Читаем 100 великих театров мира полностью

Гастроли Мейнингенского театра в Москве вызвали самое серьезное внимание как публики, так и театральных деятелей. В 1885 году, когда театр был в России впервые, спектакли труппы вызывали много толков, возбужденных новизною приемов: «сочувствие артистической равноправности» в спектаклях, важнейшее значение сценического ансамбля и также грандиозные массовые сцены и выведение на сцену «бытовой археологии, истории искусства и этнографии» изумляло всех своей новизной. К. С. Станиславский не пропускал ни одной постановки мейнингенского театра и оставил о нем точные и интересные воспоминания. «Их спектакли, — говорит он, — впервые показали в Москве новый род постановки — с исторической верностью эпохи, с народными сценами, с прекрасной внешней формой спектакля, с изумительной дисциплиной и всем строем великолепного праздника искусств». В этой труппе, действительно, жил дух Шиллера и Шекспира. «Мейнингенский герцог умел чисто режиссерскими, постановочными средствами, без помощи исключительно талантливых артистов показывать в художественной форме многое из творческих замыслов великих поэтов. Например, нельзя забыть такой сцены из Орлеанской девы: щупленький, жалкенький, растерянный король сидит на громадном, не по его росту троне, его худые ножки болтаются в воздухе и не достают до подушки Кругом трона — сконфуженный двор, пытающийся из последних сил поддержать королевский престиж. Но в момент крушения власти этикетные поклоны кажутся лишними. Среди этой обстановки гибнущего престижа короля являются английские послы — высокие, стройные, решительные, смелые и до ужаса наглые. Нельзя хладнокровно выносить издевательства и высокомерного тона победителей. Тогда несчастный король отдает унизительный приказ, оскорбляющий его достоинство, придворный, принимающий распоряжение, пытается перед уходом сделать этикетный поклон. Но, едва начав его, он останавливается, колеблется, выпрямляется и стоит с опущенным глазами, — слезы брызнули у него, и он, забыв о ритуале, бежит, чтобы не расплакаться при всех.

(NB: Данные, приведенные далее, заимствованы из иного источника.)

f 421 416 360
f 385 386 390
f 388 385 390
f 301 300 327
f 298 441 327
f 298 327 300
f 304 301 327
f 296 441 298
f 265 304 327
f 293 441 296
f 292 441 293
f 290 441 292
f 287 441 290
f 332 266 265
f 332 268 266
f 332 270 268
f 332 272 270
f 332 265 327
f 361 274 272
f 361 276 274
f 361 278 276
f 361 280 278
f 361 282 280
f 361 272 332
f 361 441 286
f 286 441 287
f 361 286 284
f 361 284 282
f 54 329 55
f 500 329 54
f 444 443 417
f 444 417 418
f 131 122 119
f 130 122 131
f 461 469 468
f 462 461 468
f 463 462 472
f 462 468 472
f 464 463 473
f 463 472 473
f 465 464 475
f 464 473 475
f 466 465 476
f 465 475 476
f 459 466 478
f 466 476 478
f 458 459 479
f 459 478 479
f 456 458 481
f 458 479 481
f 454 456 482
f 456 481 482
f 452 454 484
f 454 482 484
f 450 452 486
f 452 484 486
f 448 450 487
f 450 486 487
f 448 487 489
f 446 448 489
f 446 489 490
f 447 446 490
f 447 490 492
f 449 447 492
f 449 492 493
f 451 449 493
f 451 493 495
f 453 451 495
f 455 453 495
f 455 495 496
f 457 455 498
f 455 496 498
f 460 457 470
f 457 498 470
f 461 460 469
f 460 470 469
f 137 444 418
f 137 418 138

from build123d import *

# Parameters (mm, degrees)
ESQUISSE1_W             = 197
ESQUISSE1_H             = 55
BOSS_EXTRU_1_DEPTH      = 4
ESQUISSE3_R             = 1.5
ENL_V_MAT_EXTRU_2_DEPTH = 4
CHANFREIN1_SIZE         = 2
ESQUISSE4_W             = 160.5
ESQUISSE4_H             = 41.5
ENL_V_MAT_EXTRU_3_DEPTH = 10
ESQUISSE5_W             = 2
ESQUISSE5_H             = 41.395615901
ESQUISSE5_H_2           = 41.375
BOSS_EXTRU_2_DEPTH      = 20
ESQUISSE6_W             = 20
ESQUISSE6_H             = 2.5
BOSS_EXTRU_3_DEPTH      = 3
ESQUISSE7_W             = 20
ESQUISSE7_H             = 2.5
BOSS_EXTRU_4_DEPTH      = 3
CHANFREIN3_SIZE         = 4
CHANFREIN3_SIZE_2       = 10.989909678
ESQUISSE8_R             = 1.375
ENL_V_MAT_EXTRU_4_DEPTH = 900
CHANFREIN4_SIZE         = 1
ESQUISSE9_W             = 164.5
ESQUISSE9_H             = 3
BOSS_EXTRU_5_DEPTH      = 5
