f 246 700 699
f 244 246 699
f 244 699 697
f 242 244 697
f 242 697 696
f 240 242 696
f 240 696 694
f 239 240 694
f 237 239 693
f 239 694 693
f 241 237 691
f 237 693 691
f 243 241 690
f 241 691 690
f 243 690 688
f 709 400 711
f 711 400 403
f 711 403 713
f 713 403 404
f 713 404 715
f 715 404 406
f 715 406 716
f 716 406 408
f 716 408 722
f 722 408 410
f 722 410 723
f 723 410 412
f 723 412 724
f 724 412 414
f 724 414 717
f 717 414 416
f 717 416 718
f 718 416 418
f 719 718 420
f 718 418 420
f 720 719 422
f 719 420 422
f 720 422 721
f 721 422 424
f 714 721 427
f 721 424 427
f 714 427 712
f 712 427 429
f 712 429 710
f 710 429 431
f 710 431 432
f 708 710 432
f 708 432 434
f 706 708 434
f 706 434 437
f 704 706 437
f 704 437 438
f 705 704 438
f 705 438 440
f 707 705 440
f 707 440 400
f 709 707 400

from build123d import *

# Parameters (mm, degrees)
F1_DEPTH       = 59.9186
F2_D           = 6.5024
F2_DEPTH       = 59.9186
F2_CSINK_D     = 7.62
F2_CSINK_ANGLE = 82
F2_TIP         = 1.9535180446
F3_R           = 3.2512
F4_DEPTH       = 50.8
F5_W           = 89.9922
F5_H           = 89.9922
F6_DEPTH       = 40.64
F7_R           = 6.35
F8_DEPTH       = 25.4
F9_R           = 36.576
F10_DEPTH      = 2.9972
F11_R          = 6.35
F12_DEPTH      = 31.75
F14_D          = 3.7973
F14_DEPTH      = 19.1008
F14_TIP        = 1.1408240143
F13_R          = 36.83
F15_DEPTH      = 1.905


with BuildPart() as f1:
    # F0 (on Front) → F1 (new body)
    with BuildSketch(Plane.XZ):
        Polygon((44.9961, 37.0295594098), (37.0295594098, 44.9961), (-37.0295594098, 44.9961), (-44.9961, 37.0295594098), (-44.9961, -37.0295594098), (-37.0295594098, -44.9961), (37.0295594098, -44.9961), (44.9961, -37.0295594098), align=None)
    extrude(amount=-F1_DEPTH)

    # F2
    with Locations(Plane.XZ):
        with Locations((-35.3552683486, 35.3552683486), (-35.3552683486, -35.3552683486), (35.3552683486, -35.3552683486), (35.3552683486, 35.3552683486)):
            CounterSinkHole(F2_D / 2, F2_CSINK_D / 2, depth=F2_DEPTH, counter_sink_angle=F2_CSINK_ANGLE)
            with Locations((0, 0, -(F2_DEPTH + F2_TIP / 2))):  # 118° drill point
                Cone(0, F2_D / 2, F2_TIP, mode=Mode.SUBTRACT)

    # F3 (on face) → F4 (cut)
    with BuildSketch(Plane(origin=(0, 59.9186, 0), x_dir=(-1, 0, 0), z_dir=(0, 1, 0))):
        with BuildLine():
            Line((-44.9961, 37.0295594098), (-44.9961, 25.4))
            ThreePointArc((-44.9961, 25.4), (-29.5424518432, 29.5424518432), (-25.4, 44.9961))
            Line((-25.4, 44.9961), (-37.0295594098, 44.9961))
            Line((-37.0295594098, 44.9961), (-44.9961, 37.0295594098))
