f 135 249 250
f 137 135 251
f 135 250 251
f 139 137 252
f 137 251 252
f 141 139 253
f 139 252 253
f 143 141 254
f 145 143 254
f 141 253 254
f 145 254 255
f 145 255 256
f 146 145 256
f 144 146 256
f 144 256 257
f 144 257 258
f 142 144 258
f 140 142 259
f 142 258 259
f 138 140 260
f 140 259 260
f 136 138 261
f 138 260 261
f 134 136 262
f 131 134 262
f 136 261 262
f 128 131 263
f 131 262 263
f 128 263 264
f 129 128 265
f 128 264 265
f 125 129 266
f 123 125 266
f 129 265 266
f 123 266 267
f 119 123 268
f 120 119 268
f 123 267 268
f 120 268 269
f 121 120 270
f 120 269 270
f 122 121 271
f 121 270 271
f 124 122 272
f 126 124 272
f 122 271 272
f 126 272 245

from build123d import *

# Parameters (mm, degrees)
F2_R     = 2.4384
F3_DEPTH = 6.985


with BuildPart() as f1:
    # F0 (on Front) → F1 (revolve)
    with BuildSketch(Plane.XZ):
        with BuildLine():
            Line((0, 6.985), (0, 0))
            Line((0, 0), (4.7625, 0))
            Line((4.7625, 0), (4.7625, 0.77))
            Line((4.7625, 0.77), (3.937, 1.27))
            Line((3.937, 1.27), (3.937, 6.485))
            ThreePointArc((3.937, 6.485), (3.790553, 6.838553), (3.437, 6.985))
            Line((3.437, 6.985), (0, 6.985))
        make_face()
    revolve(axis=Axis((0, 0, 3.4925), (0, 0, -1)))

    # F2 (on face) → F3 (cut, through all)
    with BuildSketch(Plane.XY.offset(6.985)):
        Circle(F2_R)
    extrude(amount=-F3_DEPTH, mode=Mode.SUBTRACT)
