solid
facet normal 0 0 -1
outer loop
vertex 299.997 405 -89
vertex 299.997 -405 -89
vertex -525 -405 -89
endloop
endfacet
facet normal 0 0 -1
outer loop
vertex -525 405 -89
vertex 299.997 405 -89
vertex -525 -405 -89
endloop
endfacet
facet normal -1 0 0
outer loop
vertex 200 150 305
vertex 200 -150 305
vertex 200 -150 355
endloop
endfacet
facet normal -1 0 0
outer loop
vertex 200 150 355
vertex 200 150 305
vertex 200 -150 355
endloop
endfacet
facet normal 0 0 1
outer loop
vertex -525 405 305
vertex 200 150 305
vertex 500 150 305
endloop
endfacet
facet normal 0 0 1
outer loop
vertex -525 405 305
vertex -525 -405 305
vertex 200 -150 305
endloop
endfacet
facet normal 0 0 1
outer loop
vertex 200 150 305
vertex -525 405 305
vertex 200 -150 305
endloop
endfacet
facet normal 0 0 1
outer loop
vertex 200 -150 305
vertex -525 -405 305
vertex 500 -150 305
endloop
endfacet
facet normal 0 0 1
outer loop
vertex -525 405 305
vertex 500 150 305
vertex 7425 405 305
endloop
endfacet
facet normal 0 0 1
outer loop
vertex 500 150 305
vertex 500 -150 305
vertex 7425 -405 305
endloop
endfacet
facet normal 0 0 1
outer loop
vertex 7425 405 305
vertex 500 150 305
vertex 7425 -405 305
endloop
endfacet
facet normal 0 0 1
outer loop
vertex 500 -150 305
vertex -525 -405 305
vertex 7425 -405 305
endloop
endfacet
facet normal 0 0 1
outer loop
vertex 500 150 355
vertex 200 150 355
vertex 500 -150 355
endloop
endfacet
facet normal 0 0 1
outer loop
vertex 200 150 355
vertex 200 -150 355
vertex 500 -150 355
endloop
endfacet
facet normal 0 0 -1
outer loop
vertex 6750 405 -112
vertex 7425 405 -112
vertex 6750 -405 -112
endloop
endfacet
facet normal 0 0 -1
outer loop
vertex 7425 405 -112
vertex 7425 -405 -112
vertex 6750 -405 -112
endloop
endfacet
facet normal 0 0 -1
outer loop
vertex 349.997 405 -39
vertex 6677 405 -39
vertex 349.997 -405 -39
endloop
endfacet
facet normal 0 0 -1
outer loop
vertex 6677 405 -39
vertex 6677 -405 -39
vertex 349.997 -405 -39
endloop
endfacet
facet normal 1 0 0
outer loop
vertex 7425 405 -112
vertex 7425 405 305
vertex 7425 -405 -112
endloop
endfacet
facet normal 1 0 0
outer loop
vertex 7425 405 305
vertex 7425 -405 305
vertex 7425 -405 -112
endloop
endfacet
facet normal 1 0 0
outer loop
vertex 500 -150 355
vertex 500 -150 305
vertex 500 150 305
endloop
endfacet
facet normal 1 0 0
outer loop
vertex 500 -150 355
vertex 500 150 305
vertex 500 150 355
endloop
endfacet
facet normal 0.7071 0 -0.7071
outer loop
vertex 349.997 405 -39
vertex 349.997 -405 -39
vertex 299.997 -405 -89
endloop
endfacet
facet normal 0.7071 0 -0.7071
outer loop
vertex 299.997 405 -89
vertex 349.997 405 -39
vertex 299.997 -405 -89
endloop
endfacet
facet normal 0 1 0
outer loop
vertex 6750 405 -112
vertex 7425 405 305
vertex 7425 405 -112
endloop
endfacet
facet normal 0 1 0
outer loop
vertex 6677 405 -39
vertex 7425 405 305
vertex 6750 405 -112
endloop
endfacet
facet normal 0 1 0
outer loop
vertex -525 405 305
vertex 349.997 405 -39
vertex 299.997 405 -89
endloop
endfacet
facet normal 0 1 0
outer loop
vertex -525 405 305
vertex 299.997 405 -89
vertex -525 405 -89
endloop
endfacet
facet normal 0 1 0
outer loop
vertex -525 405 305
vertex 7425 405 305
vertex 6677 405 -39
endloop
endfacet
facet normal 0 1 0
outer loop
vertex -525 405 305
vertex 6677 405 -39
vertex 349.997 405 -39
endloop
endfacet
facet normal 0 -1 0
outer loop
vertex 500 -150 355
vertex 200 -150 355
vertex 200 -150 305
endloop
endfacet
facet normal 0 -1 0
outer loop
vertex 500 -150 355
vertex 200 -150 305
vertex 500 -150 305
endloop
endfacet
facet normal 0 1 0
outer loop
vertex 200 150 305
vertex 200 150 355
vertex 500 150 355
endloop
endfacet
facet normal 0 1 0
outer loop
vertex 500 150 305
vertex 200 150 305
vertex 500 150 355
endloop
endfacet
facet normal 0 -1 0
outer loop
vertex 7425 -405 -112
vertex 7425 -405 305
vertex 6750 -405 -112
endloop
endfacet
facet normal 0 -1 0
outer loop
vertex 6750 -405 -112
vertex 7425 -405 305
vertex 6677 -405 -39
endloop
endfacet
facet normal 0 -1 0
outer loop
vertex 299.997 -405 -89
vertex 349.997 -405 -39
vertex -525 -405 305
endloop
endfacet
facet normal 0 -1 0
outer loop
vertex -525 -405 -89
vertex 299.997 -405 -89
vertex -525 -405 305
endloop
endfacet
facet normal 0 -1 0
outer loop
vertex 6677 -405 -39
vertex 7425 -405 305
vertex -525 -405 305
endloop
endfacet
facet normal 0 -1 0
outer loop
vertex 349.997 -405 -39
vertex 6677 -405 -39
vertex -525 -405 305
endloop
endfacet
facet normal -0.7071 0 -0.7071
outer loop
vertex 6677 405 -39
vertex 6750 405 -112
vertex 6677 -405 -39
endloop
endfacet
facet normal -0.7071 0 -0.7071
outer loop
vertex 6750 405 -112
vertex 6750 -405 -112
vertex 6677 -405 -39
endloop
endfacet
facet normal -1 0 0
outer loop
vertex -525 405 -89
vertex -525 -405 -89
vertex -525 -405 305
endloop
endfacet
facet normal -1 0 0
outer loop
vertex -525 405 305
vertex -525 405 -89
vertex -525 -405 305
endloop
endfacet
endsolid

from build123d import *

# Parameters (mm, degrees)
SKETCH048_W      = 300
SKETCH048_H      = 50
EXTRUDE043_DEPTH = 150
EXTRUDE033_DEPTH = 405


with BuildPart() as extrude043:
    # Sketch048 → Extrude043 (new body, symmetric)
    with BuildSketch(Plane.XZ):
        with Locations((350, 330)):
            Rectangle(SKETCH048_W, SKETCH048_H)
    extrude(amount=EXTRUDE043_DEPTH, both=True)


with BuildPart() as fusion024:
    # Sketch036 → Extrude033 (new body, symmetric)
    with BuildSketch(Plane.XZ):
        Polygon((-525, -89), (-525, 305), (7425, 305), (7425, -112), (6750, -112), (6677, -39), (349.996537, -39), (299.996537, -89), align=None)
    extrude(amount=EXTRUDE033_DEPTH, both=True)

    # Fusion024: union Extrude043
    add(extrude043.part)


solid = fusion024.part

Плакали с ним и зрители, плакал и я, так как выдумка режиссера сама по себе дает большое настроение и говорит о существе момента». Станиславский скоро откроет Московский Художественный театр, и его первые спектакли некоторые критики отнесут к разряду «подражания мейнингенцам». Нет, это было не подражание, а дух времени, открывший новые возможности сценического искусства, когда на театре главной фигурой становится режиссер. Но уже тогда, на спектаклях мейнингенцев наш великий реформатор сцены понимал, что режиссер может далеко не все — если актер его не поймет, если и он сам не поможет актеру, то никакой самый гениальный режиссерский план спектакля не осуществится. Станиславский говорит, что у мейнингенцев центр тяжести спектакля был перенесен на постановку (режиссуру), — режиссер как бы творил за всех, что и создавало впечатление режиссерского деспотизма. Станиславский изучал опыт этого театра самым пристальным образом, он интересовался и методом работы режиссера Кронека.